- _BRIEF_
Keep to one stretch of the data below, the lines from the one with "from build123d import *" up to and including the one with "Circle(SKETCH1_R)", and return that stretch exactly.

INFORMATION GIVEN Start Marker

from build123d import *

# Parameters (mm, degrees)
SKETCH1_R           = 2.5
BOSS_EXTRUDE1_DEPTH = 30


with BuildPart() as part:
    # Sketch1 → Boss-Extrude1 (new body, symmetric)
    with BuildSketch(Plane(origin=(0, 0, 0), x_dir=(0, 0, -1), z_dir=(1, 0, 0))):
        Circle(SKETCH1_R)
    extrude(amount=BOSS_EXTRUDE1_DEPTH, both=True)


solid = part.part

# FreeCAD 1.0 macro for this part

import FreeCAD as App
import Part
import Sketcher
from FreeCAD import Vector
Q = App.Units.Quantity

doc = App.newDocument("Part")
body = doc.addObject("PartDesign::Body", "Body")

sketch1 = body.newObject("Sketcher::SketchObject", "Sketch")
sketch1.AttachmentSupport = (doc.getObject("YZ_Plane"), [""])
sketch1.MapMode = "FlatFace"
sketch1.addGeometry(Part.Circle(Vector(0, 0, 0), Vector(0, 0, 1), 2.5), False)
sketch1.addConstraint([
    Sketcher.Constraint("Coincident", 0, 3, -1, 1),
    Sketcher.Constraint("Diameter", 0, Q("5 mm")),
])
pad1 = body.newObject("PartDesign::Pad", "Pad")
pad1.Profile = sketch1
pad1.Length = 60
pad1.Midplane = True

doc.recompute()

INFORMATION GIVEN End Marker
INFORMATION GIVEN Start Marker

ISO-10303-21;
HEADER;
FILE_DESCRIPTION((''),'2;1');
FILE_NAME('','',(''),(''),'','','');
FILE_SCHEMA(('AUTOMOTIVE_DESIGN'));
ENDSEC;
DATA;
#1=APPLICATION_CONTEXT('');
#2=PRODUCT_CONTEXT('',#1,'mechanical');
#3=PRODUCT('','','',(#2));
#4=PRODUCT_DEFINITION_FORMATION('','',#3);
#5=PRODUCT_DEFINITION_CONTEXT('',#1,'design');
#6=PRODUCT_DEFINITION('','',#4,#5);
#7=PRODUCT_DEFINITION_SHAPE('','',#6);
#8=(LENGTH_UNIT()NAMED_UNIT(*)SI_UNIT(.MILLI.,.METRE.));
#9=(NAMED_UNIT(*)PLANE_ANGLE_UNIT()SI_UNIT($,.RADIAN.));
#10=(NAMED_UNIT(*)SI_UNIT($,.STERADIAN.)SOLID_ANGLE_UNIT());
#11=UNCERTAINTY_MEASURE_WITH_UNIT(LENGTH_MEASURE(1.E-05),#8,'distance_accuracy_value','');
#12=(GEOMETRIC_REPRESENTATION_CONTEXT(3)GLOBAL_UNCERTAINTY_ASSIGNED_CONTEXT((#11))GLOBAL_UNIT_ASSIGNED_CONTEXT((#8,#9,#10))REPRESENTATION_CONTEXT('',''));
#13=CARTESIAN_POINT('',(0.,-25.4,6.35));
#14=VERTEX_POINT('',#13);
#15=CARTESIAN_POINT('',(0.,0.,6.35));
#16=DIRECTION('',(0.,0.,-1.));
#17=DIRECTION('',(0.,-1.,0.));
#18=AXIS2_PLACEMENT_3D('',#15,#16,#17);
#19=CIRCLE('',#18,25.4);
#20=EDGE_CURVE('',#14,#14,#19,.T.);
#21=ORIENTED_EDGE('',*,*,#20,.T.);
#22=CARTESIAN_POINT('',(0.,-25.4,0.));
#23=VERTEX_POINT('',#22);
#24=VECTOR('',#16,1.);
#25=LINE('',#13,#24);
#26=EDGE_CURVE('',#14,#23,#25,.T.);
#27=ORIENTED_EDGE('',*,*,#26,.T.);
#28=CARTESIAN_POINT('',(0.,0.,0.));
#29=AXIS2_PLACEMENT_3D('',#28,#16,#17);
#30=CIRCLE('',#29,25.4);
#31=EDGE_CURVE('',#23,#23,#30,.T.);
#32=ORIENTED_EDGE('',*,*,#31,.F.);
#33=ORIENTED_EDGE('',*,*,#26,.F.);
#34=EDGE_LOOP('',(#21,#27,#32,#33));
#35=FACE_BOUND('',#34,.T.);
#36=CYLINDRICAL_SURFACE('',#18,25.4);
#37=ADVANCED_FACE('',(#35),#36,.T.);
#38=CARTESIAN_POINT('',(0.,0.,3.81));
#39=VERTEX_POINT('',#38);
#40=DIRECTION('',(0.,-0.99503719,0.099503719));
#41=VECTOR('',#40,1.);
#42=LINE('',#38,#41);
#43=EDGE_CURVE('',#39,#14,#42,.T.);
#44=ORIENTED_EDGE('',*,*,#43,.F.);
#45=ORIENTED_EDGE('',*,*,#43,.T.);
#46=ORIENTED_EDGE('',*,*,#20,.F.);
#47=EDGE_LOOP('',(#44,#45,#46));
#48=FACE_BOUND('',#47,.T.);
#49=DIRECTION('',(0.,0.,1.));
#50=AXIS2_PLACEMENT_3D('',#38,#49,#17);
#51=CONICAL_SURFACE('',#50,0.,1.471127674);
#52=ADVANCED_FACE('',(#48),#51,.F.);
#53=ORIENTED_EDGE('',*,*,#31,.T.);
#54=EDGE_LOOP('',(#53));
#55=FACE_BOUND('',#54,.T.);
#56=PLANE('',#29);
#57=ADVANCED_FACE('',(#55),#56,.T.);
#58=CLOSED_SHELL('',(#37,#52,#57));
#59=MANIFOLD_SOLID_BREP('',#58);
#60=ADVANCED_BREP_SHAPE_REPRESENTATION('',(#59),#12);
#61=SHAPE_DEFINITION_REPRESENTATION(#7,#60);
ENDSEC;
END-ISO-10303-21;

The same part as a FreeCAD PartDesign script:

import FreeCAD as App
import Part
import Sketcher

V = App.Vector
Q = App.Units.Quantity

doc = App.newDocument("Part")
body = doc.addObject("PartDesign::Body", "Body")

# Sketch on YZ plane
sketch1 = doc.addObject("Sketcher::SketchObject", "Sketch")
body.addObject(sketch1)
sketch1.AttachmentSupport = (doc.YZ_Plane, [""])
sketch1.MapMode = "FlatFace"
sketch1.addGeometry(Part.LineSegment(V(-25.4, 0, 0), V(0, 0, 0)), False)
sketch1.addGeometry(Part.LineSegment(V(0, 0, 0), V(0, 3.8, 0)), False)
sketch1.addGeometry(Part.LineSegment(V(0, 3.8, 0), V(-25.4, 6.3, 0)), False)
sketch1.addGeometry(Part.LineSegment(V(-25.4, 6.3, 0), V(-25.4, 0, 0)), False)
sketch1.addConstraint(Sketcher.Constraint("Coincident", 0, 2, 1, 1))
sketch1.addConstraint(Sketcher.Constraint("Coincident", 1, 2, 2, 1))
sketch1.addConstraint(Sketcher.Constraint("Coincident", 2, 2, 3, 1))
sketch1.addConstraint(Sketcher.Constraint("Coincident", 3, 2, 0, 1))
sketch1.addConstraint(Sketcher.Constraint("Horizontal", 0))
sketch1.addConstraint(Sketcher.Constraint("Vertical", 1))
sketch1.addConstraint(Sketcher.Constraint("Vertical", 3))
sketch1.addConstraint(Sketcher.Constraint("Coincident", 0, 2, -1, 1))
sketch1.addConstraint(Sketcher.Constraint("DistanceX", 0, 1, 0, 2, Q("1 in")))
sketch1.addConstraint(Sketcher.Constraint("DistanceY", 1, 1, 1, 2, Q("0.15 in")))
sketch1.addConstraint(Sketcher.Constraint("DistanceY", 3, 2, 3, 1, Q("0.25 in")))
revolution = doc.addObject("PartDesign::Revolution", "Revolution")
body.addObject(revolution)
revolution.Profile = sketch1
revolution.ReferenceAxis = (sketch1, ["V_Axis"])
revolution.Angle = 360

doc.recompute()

INFORMATION GIVEN End Marker

- _RESULT OF THIS TASK_
from build123d import *

# Parameters (mm, degrees)
SKETCH1_R           = 2.5
BOSS_EXTRUDE1_DEPTH = 30


with BuildPart() as part:
    # Sketch1 → Boss-Extrude1 (new body, symmetric)
    with BuildSketch(Plane(origin=(0, 0, 0), x_dir=(0, 0, -1), z_dir=(1, 0, 0))):
        Circle(SKETCH1_R)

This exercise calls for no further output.